**How to complete this task**.
Only the lines from the first line of the records through the line containing "#42=ORIENTED_EDGE('',*,*,#41,.T.);" belong in the answer. Copy them exactly.

**Saved entries**.
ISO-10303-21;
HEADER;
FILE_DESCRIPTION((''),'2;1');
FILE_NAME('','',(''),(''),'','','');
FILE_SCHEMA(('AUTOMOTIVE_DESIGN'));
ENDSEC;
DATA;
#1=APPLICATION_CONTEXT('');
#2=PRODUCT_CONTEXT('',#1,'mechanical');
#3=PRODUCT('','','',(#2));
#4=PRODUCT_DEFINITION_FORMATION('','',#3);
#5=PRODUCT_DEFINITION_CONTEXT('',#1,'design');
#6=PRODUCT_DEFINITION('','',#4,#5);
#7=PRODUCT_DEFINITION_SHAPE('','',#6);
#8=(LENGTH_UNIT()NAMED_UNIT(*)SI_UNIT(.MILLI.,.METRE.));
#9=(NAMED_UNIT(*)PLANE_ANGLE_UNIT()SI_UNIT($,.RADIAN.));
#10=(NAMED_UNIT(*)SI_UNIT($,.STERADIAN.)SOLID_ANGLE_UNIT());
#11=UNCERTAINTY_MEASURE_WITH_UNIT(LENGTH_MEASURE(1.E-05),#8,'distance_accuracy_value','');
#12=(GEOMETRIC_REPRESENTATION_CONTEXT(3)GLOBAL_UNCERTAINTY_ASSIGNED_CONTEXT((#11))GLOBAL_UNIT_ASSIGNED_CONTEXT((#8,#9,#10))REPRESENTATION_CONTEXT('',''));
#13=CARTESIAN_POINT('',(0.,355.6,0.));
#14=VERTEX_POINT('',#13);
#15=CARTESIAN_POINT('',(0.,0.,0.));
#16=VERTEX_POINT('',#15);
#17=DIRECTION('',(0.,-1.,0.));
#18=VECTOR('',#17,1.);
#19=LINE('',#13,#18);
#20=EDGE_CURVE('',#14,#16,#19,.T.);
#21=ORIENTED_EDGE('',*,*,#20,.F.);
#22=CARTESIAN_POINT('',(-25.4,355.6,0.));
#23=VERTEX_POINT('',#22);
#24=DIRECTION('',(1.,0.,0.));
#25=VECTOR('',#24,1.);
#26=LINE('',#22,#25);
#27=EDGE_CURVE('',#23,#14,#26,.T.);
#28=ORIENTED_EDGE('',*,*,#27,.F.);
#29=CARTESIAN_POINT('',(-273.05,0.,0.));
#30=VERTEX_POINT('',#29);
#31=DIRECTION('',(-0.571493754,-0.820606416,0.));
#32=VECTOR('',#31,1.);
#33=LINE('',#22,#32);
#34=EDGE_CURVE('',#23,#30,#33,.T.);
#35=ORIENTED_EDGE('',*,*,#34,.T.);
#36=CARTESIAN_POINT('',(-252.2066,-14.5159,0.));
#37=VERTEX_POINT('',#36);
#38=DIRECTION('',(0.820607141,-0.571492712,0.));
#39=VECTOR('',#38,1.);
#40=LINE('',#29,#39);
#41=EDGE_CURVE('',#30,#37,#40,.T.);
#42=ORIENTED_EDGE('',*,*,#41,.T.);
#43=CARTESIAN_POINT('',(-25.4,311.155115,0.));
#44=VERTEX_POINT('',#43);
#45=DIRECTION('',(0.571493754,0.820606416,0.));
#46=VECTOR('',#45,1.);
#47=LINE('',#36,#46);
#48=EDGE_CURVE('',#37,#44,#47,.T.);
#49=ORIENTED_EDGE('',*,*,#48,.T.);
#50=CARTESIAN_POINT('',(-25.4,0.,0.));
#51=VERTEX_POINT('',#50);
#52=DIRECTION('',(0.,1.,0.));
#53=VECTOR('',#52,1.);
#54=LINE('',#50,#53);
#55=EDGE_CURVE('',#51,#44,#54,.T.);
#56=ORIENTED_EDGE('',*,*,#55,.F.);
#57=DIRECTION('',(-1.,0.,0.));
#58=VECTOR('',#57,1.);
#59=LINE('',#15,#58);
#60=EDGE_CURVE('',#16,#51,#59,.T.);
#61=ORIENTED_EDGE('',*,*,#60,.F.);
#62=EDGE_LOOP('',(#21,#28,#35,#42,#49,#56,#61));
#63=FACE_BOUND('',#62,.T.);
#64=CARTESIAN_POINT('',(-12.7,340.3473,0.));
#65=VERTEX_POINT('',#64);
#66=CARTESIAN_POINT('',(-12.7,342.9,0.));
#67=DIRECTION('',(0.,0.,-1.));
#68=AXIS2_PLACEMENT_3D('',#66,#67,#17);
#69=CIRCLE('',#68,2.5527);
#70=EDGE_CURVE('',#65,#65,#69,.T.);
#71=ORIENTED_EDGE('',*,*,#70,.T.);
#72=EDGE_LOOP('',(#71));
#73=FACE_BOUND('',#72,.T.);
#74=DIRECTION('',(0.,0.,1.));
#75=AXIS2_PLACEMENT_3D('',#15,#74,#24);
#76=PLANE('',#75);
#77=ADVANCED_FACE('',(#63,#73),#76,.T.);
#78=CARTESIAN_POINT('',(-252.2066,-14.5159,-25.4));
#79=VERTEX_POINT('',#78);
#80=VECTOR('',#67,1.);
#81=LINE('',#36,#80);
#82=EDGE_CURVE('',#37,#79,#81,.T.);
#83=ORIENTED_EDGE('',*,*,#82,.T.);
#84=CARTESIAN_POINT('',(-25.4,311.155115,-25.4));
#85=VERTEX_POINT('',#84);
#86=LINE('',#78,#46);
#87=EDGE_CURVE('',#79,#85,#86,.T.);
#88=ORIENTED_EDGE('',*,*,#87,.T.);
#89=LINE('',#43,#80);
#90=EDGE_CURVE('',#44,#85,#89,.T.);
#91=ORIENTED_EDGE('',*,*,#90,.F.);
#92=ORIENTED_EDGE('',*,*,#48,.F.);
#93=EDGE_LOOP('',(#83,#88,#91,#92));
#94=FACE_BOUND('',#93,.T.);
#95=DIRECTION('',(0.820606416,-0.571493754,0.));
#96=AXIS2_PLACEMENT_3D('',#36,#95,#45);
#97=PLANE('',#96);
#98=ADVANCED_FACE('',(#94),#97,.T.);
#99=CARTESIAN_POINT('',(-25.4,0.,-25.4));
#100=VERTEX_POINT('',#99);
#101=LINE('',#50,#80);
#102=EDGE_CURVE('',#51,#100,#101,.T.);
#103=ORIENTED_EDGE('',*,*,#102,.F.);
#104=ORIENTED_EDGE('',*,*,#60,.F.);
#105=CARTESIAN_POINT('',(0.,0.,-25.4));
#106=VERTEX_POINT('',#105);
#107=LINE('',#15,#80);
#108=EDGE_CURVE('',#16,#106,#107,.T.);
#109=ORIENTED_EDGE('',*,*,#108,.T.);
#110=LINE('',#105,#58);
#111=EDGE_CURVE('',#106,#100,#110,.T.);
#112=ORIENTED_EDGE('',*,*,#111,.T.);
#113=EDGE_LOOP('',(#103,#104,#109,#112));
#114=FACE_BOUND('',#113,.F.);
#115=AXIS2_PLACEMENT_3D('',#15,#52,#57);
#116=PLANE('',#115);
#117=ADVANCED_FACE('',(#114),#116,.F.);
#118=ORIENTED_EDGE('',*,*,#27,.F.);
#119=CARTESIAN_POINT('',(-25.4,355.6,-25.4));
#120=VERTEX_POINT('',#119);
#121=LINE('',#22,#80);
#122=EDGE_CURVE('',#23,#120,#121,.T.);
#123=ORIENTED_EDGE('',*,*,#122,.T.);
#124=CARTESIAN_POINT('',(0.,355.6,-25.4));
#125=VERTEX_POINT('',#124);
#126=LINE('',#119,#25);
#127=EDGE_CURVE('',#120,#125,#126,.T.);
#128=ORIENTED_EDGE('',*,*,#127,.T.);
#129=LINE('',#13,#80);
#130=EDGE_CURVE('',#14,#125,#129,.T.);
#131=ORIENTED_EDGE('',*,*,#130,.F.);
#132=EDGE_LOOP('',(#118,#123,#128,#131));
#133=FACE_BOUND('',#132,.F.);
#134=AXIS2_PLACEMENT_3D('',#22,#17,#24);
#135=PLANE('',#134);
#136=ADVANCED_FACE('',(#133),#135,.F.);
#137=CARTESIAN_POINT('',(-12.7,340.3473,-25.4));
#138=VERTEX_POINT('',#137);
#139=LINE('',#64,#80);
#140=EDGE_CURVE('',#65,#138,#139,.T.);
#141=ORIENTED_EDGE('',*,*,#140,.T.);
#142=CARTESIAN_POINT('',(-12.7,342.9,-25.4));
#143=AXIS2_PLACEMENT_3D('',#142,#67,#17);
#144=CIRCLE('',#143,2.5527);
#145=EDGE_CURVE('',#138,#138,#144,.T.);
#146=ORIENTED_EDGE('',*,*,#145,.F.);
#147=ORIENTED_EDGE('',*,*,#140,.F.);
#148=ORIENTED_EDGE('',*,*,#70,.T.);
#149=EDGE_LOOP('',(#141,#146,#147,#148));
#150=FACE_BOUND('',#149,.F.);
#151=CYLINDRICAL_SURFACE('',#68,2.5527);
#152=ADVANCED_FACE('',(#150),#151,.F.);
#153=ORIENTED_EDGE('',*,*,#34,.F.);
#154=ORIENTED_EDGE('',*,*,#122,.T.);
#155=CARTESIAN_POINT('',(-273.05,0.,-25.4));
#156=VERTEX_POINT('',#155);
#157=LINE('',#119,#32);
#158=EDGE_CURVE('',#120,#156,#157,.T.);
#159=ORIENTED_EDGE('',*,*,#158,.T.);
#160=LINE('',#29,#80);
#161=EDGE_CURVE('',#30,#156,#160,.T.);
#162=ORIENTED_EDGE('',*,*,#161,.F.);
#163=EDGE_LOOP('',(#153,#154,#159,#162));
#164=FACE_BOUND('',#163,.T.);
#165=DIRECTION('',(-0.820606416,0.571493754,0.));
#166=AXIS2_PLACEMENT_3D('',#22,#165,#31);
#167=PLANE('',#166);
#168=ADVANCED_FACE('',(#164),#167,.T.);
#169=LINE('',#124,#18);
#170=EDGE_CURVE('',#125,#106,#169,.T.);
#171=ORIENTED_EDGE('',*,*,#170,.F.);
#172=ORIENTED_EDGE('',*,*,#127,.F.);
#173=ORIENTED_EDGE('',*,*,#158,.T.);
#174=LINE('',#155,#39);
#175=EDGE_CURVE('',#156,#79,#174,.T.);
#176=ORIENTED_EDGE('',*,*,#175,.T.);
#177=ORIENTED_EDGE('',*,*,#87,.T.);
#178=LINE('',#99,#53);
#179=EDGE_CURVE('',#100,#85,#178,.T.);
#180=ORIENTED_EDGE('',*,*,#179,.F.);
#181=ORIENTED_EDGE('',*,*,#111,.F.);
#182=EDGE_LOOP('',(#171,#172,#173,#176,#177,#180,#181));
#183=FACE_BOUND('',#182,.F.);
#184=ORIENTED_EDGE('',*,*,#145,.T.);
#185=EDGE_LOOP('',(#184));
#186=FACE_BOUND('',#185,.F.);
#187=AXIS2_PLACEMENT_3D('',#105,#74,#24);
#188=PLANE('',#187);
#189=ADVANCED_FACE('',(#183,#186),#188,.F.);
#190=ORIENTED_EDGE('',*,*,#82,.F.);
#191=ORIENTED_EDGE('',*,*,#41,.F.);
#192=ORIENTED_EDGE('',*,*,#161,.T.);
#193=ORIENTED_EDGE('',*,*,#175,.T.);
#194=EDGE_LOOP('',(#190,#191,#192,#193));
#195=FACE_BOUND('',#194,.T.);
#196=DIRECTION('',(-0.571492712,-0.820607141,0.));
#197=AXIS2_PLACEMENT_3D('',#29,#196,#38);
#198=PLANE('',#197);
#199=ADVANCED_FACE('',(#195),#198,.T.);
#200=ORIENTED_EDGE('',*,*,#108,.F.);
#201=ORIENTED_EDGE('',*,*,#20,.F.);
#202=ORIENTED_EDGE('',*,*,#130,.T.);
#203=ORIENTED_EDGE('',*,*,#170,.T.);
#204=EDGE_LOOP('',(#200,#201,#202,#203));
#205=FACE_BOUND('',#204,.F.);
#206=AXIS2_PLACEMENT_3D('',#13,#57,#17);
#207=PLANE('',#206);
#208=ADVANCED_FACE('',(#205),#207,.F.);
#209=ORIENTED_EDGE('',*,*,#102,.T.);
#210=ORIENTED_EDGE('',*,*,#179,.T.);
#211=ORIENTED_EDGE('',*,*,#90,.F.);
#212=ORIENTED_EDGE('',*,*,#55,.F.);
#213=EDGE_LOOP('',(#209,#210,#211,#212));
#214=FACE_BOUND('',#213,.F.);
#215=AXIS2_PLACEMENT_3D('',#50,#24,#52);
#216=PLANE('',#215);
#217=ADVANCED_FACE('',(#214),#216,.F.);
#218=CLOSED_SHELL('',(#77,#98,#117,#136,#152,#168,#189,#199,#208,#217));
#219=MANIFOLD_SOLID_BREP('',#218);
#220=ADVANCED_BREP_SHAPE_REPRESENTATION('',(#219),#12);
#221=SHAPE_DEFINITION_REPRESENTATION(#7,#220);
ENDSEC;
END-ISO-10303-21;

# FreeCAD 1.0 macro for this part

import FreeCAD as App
import Part
import Sketcher

V = App.Vector
Q = App.Units.Quantity


def add_polygon(sketch, points):
    """Adds a closed chain of lines whose ends are joined by coincident constraints."""
    first, n = sketch.GeometryCount, len(points)
    for a, b in zip(points, points[1:] + points[:1]):
        sketch.addGeometry(Part.LineSegment(App.Vector(*a, 0), App.Vector(*b, 0)), False)
    for i in range(n):
        sketch.addConstraint(Sketcher.Constraint("Coincident", first + i, 2, first + (i + 1) % n, 1))

doc = App.newDocument("Part")
params = doc.addObject("Spreadsheet::Sheet", "Params")
for row, (alias, value) in enumerate([
    ("sketch1_width", "1 in"),
    ("sketch1_height", "14 in"),
    ("sketch1_length", "1 in"),
    ("pad1_length", "1 in"),
    ("sketch2_diameter", "0.201 in"),
    ("hole_diameter", "0.201 in"),
], start=1):
    params.set(f"A{row}", alias)
    params.set(f"B{row}", "=" + value)
    params.setAlias(f"B{row}", alias)

body = doc.addObject("PartDesign::Body", "Body")

# Sketch on XY plane
sketch1 = body.newObject("Sketcher::SketchObject", "Sketch")
sketch1.AttachmentSupport = (doc.getObject("XY_Plane"), [""])
sketch1.MapMode = "FlatFace"
add_polygon(sketch1, [(-25, 0), (0, 0), (0, 356), (-25, 356), (-273, 0), (-252, -15), (-25, 311)])  # lines 0-6
sketch1.addConstraint([
    Sketcher.Constraint("Horizontal", 0),
    Sketcher.Constraint("Vertical", 1),
    Sketcher.Constraint("Horizontal", 2),
    Sketcher.Constraint("Vertical", 6),
    Sketcher.Constraint("Coincident", 0, 2, -1, 1),
    Sketcher.Constraint("PointOnObject", 3, 2, -1),
    Sketcher.Constraint("Perpendicular", 3, 4),
    Sketcher.Constraint("Perpendicular", 4, 5),
    Sketcher.Constraint("Vertical", 2, 2, 5, 2),
    Sketcher.Constraint("DistanceX", 0, 1, 0, 2, Q("1 in")),
    Sketcher.Constraint("DistanceY", 1, 1, 1, 2, Q("14 in")),
    Sketcher.Constraint("Distance", 4, Q("1 in")),
    Sketcher.Constraint("DistanceX", 3, 2, -1, 1, Q("10.75 in")),
])
sketch1.setExpression("Constraints[16]", "Params.sketch1_width")
sketch1.setExpression("Constraints[17]", "Params.sketch1_height")
sketch1.setExpression("Constraints[18]", "Params.sketch1_length")
pad1 = body.newObject("PartDesign::Pad", "Pad")
pad1.Profile = sketch1
pad1.setExpression("Length", "Params.pad1_length")
pad1.Reversed = True

# Sketch on XY plane
sketch2 = body.newObject("Sketcher::SketchObject", "Sketch001")
sketch2.AttachmentSupport = (doc.getObject("XY_Plane"), [""])
sketch2.MapMode = "FlatFace"
sketch2.addGeometry(Part.Circle(V(-12.7, 342.9, 0), V(0, 0, 1), 2.6), False)
sketch2.addConstraint([
    Sketcher.Constraint("Diameter", 0, Q("0.201 in")),
    Sketcher.Constraint("DistanceX", 0, 3, -1, 1, Q("0.5 in")),
    Sketcher.Constraint("DistanceY", -1, 1, 0, 3, Q("13.5 in")),
])
sketch2.setExpression("Constraints[0]", "Params.sketch2_diameter")
doc.recompute()
hole = body.newObject("PartDesign::Hole", "Hole")
hole.Profile = sketch2
hole.ThreadType = "None"
hole.setExpression("Diameter", "Params.hole_diameter")
hole.DepthType = "ThroughAll"

doc.recompute()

**Completed task**.
ISO-10303-21;
HEADER;
FILE_DESCRIPTION((''),'2;1');
FILE_NAME('','',(''),(''),'','','');
FILE_SCHEMA(('AUTOMOTIVE_DESIGN'));
ENDSEC;
DATA;
#1=APPLICATION_CONTEXT('');
#2=PRODUCT_CONTEXT('',#1,'mechanical');
#3=PRODUCT('','','',(#2));
#4=PRODUCT_DEFINITION_FORMATION('','',#3);
#5=PRODUCT_DEFINITION_CONTEXT('',#1,'design');
#6=PRODUCT_DEFINITION('','',#4,#5);
#7=PRODUCT_DEFINITION_SHAPE('','',#6);
#8=(LENGTH_UNIT()NAMED_UNIT(*)SI_UNIT(.MILLI.,.METRE.));
#9=(NAMED_UNIT(*)PLANE_ANGLE_UNIT()SI_UNIT($,.RADIAN.));
#10=(NAMED_UNIT(*)SI_UNIT($,.STERADIAN.)SOLID_ANGLE_UNIT());
#11=UNCERTAINTY_MEASURE_WITH_UNIT(LENGTH_MEASURE(1.E-05),#8,'distance_accuracy_value','');
#12=(GEOMETRIC_REPRESENTATION_CONTEXT(3)GLOBAL_UNCERTAINTY_ASSIGNED_CONTEXT((#11))GLOBAL_UNIT_ASSIGNED_CONTEXT((#8,#9,#10))REPRESENTATION_CONTEXT('',''));
#13=CARTESIAN_POINT('',(0.,355.6,0.));
#14=VERTEX_POINT('',#13);
#15=CARTESIAN_POINT('',(0.,0.,0.));
#16=VERTEX_POINT('',#15);
#17=DIRECTION('',(0.,-1.,0.));
#18=VECTOR('',#17,1.);
#19=LINE('',#13,#18);
#20=EDGE_CURVE('',#14,#16,#19,.T.);
#21=ORIENTED_EDGE('',*,*,#20,.F.);
#22=CARTESIAN_POINT('',(-25.4,355.6,0.));
#23=VERTEX_POINT('',#22);
#24=DIRECTION('',(1.,0.,0.));
#25=VECTOR('',#24,1.);
#26=LINE('',#22,#25);
#27=EDGE_CURVE('',#23,#14,#26,.T.);
#28=ORIENTED_EDGE('',*,*,#27,.F.);
#29=CARTESIAN_POINT('',(-273.05,0.,0.));
#30=VERTEX_POINT('',#29);
#31=DIRECTION('',(-0.571493754,-0.820606416,0.));
#32=VECTOR('',#31,1.);
#33=LINE('',#22,#32);
#34=EDGE_CURVE('',#23,#30,#33,.T.);
#35=ORIENTED_EDGE('',*,*,#34,.T.);
#36=CARTESIAN_POINT('',(-252.2066,-14.5159,0.));
#37=VERTEX_POINT('',#36);
#38=DIRECTION('',(0.820607141,-0.571492712,0.));
#39=VECTOR('',#38,1.);
#40=LINE('',#29,#39);
#41=EDGE_CURVE('',#30,#37,#40,.T.);
#42=ORIENTED_EDGE('',*,*,#41,.T.);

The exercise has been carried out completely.